TASK DETAILS: Transcribe only part of the material below: the lines from the one containing "#62=CARTESIAN_POINT('',(-22.745904,0.,-16.786059));" through the one containing "#96=CARTESIAN_POINT('',(-32.245904,0.,-9.019304));", inclusive, exactly as written.

---------------

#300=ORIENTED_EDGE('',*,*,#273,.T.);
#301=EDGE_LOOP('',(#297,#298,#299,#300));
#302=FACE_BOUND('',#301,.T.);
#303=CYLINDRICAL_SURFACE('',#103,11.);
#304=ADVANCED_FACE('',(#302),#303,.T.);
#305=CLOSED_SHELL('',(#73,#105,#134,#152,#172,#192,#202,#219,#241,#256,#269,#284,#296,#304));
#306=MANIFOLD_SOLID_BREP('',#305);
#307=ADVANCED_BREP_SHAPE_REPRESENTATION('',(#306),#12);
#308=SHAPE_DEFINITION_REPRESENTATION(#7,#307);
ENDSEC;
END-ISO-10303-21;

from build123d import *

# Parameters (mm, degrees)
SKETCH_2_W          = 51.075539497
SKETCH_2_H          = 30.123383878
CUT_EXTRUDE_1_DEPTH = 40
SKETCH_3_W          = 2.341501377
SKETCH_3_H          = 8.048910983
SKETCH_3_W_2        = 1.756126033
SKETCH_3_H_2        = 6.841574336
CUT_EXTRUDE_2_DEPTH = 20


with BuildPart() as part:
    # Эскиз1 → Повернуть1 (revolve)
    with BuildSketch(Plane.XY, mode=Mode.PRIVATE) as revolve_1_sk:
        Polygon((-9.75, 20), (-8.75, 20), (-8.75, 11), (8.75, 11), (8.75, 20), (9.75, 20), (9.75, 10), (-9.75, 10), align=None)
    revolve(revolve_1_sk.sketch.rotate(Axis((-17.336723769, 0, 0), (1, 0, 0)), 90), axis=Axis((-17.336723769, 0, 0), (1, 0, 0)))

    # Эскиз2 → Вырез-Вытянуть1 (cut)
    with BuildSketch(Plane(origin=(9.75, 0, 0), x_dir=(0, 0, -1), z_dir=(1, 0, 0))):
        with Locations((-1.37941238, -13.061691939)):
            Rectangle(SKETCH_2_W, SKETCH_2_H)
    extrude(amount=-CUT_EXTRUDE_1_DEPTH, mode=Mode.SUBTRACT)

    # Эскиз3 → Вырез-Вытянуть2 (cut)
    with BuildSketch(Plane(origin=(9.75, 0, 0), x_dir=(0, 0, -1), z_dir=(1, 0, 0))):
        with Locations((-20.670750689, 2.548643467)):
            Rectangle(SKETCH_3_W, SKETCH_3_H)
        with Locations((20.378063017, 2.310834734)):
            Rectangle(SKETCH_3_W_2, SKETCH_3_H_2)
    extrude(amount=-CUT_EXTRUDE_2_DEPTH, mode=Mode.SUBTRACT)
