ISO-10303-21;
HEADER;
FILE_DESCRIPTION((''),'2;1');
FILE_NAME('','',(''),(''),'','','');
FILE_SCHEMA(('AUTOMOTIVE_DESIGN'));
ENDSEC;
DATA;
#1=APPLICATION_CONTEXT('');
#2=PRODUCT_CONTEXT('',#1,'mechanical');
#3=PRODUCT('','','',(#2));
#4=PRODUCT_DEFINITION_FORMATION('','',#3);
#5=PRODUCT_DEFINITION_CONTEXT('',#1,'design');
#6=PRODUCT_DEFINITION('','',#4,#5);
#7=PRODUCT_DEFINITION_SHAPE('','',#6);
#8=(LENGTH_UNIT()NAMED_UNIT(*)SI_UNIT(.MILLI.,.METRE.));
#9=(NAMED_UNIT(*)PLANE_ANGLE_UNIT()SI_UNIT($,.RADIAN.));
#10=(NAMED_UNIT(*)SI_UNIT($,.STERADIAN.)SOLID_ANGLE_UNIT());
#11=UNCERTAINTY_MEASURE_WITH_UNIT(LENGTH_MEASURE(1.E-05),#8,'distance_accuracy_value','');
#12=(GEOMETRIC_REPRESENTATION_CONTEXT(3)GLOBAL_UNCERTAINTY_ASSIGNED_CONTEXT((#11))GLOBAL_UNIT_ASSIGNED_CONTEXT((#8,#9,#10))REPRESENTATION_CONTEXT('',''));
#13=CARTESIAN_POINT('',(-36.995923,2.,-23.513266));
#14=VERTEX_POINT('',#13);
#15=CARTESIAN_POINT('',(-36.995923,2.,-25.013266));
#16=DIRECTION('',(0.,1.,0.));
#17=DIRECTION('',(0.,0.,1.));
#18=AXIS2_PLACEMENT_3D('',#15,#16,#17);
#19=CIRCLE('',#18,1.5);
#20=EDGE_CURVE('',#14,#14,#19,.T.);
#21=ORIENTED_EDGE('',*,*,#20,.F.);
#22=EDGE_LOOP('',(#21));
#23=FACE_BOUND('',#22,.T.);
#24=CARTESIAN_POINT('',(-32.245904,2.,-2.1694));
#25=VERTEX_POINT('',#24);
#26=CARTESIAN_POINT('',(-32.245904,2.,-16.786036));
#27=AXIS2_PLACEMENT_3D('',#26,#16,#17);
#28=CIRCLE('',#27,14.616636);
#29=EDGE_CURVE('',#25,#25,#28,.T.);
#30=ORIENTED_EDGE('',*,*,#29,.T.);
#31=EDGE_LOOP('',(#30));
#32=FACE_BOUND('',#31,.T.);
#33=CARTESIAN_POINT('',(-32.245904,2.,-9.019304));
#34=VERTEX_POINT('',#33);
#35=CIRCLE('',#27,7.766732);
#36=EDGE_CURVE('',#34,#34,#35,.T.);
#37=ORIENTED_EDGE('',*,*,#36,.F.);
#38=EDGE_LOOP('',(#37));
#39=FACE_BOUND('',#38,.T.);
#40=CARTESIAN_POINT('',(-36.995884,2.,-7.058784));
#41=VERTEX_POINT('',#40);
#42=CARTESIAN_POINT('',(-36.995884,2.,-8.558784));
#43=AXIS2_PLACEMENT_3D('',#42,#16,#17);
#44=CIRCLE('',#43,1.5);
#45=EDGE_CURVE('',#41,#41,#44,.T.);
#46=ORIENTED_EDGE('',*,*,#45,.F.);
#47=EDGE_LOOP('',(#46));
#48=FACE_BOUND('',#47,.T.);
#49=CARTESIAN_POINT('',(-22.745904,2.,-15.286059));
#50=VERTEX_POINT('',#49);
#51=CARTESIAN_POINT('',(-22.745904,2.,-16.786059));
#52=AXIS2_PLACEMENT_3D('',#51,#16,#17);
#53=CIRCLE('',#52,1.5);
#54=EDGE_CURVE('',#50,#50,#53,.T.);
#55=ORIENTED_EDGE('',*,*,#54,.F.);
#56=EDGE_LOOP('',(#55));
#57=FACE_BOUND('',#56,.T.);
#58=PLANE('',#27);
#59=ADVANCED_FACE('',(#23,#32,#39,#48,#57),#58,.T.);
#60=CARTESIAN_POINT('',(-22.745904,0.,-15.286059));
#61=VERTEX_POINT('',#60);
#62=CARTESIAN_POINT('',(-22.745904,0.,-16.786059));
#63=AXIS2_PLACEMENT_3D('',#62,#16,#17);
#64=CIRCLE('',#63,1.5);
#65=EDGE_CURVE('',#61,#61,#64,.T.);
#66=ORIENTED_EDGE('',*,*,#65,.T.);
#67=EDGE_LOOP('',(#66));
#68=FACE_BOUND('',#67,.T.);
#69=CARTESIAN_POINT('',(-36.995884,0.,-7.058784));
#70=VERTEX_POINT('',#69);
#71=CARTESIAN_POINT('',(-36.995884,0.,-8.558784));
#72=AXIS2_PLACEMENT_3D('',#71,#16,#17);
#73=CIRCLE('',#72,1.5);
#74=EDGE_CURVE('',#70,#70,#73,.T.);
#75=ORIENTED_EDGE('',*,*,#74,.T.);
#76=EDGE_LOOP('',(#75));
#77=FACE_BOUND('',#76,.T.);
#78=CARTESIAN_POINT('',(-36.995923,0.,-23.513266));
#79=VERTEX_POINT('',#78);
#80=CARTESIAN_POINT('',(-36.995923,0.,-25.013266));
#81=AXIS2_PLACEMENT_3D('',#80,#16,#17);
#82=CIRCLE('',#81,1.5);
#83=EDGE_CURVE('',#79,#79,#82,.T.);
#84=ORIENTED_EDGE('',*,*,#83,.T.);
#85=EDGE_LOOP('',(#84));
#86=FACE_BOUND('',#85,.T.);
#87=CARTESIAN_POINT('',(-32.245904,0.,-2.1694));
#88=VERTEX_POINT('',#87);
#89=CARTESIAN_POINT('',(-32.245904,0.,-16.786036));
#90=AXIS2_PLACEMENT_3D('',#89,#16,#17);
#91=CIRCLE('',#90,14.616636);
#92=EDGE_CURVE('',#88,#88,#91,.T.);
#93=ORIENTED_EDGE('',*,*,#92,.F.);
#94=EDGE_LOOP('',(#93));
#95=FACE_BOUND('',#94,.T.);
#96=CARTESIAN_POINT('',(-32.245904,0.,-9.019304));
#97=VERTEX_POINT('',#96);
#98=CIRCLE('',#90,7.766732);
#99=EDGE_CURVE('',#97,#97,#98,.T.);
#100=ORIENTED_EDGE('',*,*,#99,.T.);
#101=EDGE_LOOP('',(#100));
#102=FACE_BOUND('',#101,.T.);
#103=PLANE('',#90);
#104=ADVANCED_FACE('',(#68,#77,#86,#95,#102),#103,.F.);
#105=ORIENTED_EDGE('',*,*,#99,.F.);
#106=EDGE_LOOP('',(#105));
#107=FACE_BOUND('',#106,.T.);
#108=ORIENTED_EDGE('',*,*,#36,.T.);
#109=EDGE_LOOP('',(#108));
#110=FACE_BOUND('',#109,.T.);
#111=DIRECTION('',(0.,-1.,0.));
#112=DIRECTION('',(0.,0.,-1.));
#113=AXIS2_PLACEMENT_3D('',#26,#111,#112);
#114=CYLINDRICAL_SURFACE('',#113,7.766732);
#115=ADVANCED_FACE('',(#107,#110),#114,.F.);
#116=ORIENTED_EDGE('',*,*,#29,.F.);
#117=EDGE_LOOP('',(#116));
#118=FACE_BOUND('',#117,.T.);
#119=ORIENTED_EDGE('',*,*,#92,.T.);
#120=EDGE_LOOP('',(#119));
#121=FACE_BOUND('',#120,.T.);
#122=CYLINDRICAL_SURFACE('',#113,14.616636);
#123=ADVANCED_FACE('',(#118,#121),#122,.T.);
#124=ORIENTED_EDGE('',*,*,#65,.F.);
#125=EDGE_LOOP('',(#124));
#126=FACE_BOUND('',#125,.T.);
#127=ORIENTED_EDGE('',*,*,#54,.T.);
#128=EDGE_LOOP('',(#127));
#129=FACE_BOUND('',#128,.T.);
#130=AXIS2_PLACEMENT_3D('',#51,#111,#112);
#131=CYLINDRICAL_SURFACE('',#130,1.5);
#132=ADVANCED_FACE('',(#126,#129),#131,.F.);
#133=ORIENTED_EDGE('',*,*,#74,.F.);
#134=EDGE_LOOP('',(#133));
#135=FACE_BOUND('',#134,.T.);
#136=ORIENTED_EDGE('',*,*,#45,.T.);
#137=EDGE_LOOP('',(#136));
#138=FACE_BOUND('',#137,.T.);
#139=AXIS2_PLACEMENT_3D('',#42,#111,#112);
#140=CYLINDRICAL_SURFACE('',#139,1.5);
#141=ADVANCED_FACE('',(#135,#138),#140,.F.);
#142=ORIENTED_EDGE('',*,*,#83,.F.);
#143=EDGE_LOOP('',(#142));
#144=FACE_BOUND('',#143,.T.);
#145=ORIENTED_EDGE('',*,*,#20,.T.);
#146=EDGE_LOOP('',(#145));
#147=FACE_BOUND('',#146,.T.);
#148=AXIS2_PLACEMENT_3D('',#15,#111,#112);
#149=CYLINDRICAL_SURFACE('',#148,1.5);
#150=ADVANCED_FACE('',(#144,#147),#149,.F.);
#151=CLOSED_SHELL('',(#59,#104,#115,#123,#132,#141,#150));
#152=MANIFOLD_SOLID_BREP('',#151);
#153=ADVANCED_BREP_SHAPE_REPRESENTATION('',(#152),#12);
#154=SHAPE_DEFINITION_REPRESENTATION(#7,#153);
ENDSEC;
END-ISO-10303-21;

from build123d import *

# Parameters (mm, degrees)
SKETCH1_R           = 14.616636411
SKETCH1_R_2         = 7.766732205
SKETCH1_R_3         = 1.5
BOSS_EXTRUDE1_DEPTH = 2


with BuildPart() as part:
    # Sketch1 → Boss-Extrude1 (new body)
    with BuildSketch(Plane(origin=(0, 0, 0), x_dir=(1, 0, 0), z_dir=(0, 1, 0))):
        with Locations(Location((-32.245903782, 16.786036403, 0), (0, 0, 270))):
            Circle(SKETCH1_R)
        with Locations(Location((-32.245903782, 16.786036403, 0), (0, 0, 270))):
            Circle(SKETCH1_R_2, mode=Mode.SUBTRACT)
        with Locations(Location((-36.995884149, 8.558783732, 0), (0, 0, 270))):
            Circle(SKETCH1_R_3, mode=Mode.SUBTRACT)
        with Locations(Location((-36.995923414, 25.013266404, 0), (0, 0, 270))):
            Circle(SKETCH1_R_3, mode=Mode.SUBTRACT)
        with Locations(Location((-22.745903782, 16.786059073, 0), (0, 0, 270))):
            Circle(SKETCH1_R_3, mode=Mode.SUBTRACT)
    extrude(amount=BOSS_EXTRUDE1_DEPTH)


solid = part.part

---------------

WRITTEN REPLY:
#62=CARTESIAN_POINT('',(-22.745904,0.,-16.786059));
#63=AXIS2_PLACEMENT_3D('',#62,#16,#17);
#64=CIRCLE('',#63,1.5);
#65=EDGE_CURVE('',#61,#61,#64,.T.);
#66=ORIENTED_EDGE('',*,*,#65,.T.);
#67=EDGE_LOOP('',(#66));
#68=FACE_BOUND('',#67,.T.);
#69=CARTESIAN_POINT('',(-36.995884,0.,-7.058784));
#70=VERTEX_POINT('',#69);
#71=CARTESIAN_POINT('',(-36.995884,0.,-8.558784));
#72=AXIS2_PLACEMENT_3D('',#71,#16,#17);
#73=CIRCLE('',#72,1.5);
#74=EDGE_CURVE('',#70,#70,#73,.T.);
#75=ORIENTED_EDGE('',*,*,#74,.T.);
#76=EDGE_LOOP('',(#75));
#77=FACE_BOUND('',#76,.T.);
#78=CARTESIAN_POINT('',(-36.995923,0.,-23.513266));
#79=VERTEX_POINT('',#78);
#80=CARTESIAN_POINT('',(-36.995923,0.,-25.013266));
#81=AXIS2_PLACEMENT_3D('',#80,#16,#17);
#82=CIRCLE('',#81,1.5);
#83=EDGE_CURVE('',#79,#79,#82,.T.);
#84=ORIENTED_EDGE('',*,*,#83,.T.);
#85=EDGE_LOOP('',(#84));
#86=FACE_BOUND('',#85,.T.);
#87=CARTESIAN_POINT('',(-32.245904,0.,-2.1694));
#88=VERTEX_POINT('',#87);
#89=CARTESIAN_POINT('',(-32.245904,0.,-16.786036));
#90=AXIS2_PLACEMENT_3D('',#89,#16,#17);
#91=CIRCLE('',#90,14.616636);
#92=EDGE_CURVE('',#88,#88,#91,.T.);
#93=ORIENTED_EDGE('',*,*,#92,.F.);
#94=EDGE_LOOP('',(#93));
#95=FACE_BOUND('',#94,.T.);
#96=CARTESIAN_POINT('',(-32.245904,0.,-9.019304));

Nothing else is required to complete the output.